(Records supplied)

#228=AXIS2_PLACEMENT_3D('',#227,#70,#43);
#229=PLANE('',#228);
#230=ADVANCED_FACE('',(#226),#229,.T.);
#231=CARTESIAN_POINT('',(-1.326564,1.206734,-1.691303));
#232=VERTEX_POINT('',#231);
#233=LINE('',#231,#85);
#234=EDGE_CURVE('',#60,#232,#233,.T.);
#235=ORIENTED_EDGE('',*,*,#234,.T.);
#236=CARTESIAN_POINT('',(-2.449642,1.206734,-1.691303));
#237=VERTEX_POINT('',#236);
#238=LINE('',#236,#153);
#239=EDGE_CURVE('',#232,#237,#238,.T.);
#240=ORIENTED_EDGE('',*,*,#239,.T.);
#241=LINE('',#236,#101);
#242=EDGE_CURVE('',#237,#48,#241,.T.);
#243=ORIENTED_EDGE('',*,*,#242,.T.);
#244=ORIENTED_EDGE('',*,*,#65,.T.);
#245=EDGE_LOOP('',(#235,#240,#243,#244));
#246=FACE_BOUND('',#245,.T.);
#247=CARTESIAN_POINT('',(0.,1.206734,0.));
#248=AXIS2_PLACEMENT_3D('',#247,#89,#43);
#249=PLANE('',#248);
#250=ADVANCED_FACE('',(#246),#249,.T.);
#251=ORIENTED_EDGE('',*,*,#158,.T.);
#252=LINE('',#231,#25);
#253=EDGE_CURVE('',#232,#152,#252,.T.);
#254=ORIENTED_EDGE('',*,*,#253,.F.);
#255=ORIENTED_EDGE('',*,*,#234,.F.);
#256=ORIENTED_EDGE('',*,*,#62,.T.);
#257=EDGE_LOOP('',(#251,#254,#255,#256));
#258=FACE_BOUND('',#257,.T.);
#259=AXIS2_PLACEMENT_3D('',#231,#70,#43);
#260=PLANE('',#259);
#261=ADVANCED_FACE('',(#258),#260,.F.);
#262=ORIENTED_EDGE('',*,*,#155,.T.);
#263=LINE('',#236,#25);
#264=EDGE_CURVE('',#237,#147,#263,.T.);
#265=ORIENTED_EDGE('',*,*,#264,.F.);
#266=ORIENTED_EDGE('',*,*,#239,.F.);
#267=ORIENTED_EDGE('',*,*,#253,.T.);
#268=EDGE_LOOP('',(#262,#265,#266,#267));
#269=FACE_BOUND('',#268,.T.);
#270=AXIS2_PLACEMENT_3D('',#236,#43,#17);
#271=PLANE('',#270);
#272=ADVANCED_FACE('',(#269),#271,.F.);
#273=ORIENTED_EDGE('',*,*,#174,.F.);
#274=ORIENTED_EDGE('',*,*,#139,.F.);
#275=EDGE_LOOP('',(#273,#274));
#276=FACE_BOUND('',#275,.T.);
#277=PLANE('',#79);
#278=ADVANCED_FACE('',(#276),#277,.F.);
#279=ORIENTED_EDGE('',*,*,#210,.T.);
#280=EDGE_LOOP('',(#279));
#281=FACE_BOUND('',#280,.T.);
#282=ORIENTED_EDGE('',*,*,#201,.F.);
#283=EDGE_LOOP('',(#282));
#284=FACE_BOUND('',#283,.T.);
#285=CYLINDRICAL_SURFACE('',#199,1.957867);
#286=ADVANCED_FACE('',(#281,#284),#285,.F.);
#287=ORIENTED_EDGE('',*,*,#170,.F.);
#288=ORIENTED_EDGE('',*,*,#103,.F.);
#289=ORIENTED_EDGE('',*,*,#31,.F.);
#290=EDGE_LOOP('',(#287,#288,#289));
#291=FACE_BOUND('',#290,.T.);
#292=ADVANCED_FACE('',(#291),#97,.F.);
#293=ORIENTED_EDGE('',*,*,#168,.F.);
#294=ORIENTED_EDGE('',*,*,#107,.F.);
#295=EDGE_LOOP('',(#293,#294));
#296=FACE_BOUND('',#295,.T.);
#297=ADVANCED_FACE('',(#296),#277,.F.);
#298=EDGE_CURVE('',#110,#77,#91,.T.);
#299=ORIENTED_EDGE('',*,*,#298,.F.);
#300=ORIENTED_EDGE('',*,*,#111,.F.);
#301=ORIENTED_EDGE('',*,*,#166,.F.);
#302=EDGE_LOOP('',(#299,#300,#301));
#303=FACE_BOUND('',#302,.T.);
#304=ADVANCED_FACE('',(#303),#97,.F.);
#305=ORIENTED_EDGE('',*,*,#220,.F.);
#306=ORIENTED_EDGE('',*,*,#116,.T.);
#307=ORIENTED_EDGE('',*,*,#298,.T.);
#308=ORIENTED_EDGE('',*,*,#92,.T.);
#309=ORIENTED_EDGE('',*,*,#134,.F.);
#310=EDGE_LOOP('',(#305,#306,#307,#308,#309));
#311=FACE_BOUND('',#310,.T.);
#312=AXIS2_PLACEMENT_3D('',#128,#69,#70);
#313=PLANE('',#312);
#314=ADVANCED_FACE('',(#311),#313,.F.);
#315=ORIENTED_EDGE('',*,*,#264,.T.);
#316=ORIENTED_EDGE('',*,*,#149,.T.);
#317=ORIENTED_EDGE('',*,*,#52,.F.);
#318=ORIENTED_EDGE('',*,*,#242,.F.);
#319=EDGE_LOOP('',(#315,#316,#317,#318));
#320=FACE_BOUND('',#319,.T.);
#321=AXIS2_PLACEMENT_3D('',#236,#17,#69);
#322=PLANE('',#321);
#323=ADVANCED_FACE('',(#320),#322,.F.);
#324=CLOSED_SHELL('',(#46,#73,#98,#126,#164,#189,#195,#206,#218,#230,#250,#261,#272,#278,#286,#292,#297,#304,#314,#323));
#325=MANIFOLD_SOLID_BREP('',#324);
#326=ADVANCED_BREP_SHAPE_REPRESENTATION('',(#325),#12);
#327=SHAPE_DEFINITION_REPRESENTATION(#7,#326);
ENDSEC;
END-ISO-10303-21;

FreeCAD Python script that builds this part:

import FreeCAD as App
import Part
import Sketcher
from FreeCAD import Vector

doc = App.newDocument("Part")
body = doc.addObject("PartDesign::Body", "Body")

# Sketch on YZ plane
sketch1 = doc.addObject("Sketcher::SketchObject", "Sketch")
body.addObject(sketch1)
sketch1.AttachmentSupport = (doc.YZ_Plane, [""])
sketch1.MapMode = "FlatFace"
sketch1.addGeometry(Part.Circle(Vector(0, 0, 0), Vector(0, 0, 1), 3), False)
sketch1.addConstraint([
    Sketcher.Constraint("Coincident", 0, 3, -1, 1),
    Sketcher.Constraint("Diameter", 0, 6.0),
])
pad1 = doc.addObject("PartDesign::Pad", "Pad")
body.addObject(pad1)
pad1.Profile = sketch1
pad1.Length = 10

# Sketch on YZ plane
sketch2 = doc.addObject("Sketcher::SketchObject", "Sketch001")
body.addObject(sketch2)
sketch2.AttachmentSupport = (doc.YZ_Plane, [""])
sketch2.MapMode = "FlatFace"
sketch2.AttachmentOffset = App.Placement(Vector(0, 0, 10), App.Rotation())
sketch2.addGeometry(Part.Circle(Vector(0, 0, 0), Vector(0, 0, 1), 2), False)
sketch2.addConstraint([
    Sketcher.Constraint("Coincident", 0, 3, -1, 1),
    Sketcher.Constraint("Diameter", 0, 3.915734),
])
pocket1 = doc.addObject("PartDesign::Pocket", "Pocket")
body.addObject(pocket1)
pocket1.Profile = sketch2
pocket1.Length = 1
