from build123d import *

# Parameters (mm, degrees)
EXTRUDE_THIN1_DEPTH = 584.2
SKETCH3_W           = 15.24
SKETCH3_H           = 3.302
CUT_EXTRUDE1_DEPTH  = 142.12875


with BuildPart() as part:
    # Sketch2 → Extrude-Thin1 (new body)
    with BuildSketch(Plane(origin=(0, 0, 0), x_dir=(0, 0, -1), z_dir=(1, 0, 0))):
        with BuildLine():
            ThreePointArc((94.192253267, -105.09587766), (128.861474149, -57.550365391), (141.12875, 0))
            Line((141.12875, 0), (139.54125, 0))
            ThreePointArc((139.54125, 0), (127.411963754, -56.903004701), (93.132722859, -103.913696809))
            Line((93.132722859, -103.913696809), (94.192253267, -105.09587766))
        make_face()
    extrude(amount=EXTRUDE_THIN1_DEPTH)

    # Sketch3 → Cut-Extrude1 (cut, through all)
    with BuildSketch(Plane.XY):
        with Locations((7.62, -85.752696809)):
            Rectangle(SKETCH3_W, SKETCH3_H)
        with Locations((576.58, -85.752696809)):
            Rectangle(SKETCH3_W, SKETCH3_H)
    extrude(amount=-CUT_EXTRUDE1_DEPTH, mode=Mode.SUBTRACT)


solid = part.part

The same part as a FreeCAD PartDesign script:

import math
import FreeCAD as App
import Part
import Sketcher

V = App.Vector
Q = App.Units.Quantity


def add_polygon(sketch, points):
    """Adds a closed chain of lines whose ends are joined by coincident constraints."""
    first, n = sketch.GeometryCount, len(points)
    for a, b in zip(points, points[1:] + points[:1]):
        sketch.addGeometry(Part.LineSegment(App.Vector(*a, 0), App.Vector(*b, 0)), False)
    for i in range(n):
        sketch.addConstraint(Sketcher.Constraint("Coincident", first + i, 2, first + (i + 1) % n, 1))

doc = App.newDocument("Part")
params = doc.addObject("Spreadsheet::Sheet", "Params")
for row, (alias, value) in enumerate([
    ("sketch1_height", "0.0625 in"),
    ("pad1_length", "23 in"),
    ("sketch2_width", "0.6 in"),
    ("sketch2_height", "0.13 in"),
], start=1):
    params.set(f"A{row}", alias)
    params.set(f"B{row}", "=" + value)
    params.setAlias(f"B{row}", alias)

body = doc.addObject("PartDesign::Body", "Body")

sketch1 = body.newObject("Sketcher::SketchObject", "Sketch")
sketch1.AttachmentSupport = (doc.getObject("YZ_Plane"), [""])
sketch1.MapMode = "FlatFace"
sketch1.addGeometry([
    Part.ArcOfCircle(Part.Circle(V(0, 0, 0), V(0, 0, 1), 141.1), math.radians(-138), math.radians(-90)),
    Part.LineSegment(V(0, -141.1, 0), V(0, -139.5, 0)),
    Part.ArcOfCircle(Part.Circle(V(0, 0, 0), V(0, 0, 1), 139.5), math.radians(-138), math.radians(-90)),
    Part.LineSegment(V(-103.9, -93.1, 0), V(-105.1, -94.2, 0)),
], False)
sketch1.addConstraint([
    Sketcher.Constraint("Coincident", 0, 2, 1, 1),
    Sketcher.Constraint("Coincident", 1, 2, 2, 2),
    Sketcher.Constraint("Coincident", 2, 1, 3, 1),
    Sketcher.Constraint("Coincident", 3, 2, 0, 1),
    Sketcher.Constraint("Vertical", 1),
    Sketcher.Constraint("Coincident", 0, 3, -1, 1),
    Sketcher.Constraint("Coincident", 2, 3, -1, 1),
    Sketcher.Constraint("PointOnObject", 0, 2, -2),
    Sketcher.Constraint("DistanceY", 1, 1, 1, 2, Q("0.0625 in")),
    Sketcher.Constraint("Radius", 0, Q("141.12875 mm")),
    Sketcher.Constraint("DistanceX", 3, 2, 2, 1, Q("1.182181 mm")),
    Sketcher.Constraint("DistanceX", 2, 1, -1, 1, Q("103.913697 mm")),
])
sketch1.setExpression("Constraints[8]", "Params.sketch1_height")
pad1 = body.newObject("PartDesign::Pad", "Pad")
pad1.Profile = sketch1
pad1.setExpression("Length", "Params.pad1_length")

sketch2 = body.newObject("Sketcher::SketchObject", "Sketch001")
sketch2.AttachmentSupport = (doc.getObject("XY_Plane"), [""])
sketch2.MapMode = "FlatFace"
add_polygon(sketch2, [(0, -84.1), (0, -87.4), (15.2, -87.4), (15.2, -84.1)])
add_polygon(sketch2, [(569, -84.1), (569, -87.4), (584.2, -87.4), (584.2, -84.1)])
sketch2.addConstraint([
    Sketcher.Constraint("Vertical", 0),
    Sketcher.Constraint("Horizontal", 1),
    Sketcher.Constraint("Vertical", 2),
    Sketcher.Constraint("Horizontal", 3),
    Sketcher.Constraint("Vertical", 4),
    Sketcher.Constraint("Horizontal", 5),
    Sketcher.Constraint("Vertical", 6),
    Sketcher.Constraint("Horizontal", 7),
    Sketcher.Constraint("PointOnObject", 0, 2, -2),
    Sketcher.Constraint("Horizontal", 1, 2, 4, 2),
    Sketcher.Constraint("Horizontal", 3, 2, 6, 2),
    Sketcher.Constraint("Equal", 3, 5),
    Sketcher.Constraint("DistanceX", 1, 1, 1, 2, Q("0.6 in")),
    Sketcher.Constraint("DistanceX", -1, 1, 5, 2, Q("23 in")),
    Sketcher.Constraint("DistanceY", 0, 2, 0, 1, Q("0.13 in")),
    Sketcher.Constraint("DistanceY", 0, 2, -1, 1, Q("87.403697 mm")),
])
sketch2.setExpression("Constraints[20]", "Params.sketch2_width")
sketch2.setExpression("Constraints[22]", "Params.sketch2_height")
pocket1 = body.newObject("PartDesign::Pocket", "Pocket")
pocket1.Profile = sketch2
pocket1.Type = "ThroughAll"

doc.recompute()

(End Records supplied)

Action item: Reproduce verbatim the lines above, from the line with "#246=FACE_BOUND('',#245,.T.);" through the line with "#292=ADVANCED_FACE('',(#291),#97,.F.);".

Your solution:
#246=FACE_BOUND('',#245,.T.);
#247=CARTESIAN_POINT('',(0.,1.206734,0.));
#248=AXIS2_PLACEMENT_3D('',#247,#89,#43);
#249=PLANE('',#248);
#250=ADVANCED_FACE('',(#246),#249,.T.);
#251=ORIENTED_EDGE('',*,*,#158,.T.);
#252=LINE('',#231,#25);
#253=EDGE_CURVE('',#232,#152,#252,.T.);
#254=ORIENTED_EDGE('',*,*,#253,.F.);
#255=ORIENTED_EDGE('',*,*,#234,.F.);
#256=ORIENTED_EDGE('',*,*,#62,.T.);
#257=EDGE_LOOP('',(#251,#254,#255,#256));
#258=FACE_BOUND('',#257,.T.);
#259=AXIS2_PLACEMENT_3D('',#231,#70,#43);
#260=PLANE('',#259);
#261=ADVANCED_FACE('',(#258),#260,.F.);
#262=ORIENTED_EDGE('',*,*,#155,.T.);
#263=LINE('',#236,#25);
#264=EDGE_CURVE('',#237,#147,#263,.T.);
#265=ORIENTED_EDGE('',*,*,#264,.F.);
#266=ORIENTED_EDGE('',*,*,#239,.F.);
#267=ORIENTED_EDGE('',*,*,#253,.T.);
#268=EDGE_LOOP('',(#262,#265,#266,#267));
#269=FACE_BOUND('',#268,.T.);
#270=AXIS2_PLACEMENT_3D('',#236,#43,#17);
#271=PLANE('',#270);
#272=ADVANCED_FACE('',(#269),#271,.F.);
#273=ORIENTED_EDGE('',*,*,#174,.F.);
#274=ORIENTED_EDGE('',*,*,#139,.F.);
#275=EDGE_LOOP('',(#273,#274));
#276=FACE_BOUND('',#275,.T.);
#277=PLANE('',#79);
#278=ADVANCED_FACE('',(#276),#277,.F.);
#279=ORIENTED_EDGE('',*,*,#210,.T.);
#280=EDGE_LOOP('',(#279));
#281=FACE_BOUND('',#280,.T.);
#282=ORIENTED_EDGE('',*,*,#201,.F.);
#283=EDGE_LOOP('',(#282));
#284=FACE_BOUND('',#283,.T.);
#285=CYLINDRICAL_SURFACE('',#199,1.957867);
#286=ADVANCED_FACE('',(#281,#284),#285,.F.);
#287=ORIENTED_EDGE('',*,*,#170,.F.);
#288=ORIENTED_EDGE('',*,*,#103,.F.);
#289=ORIENTED_EDGE('',*,*,#31,.F.);
#290=EDGE_LOOP('',(#287,#288,#289));
#291=FACE_BOUND('',#290,.T.);
#292=ADVANCED_FACE('',(#291),#97,.F.);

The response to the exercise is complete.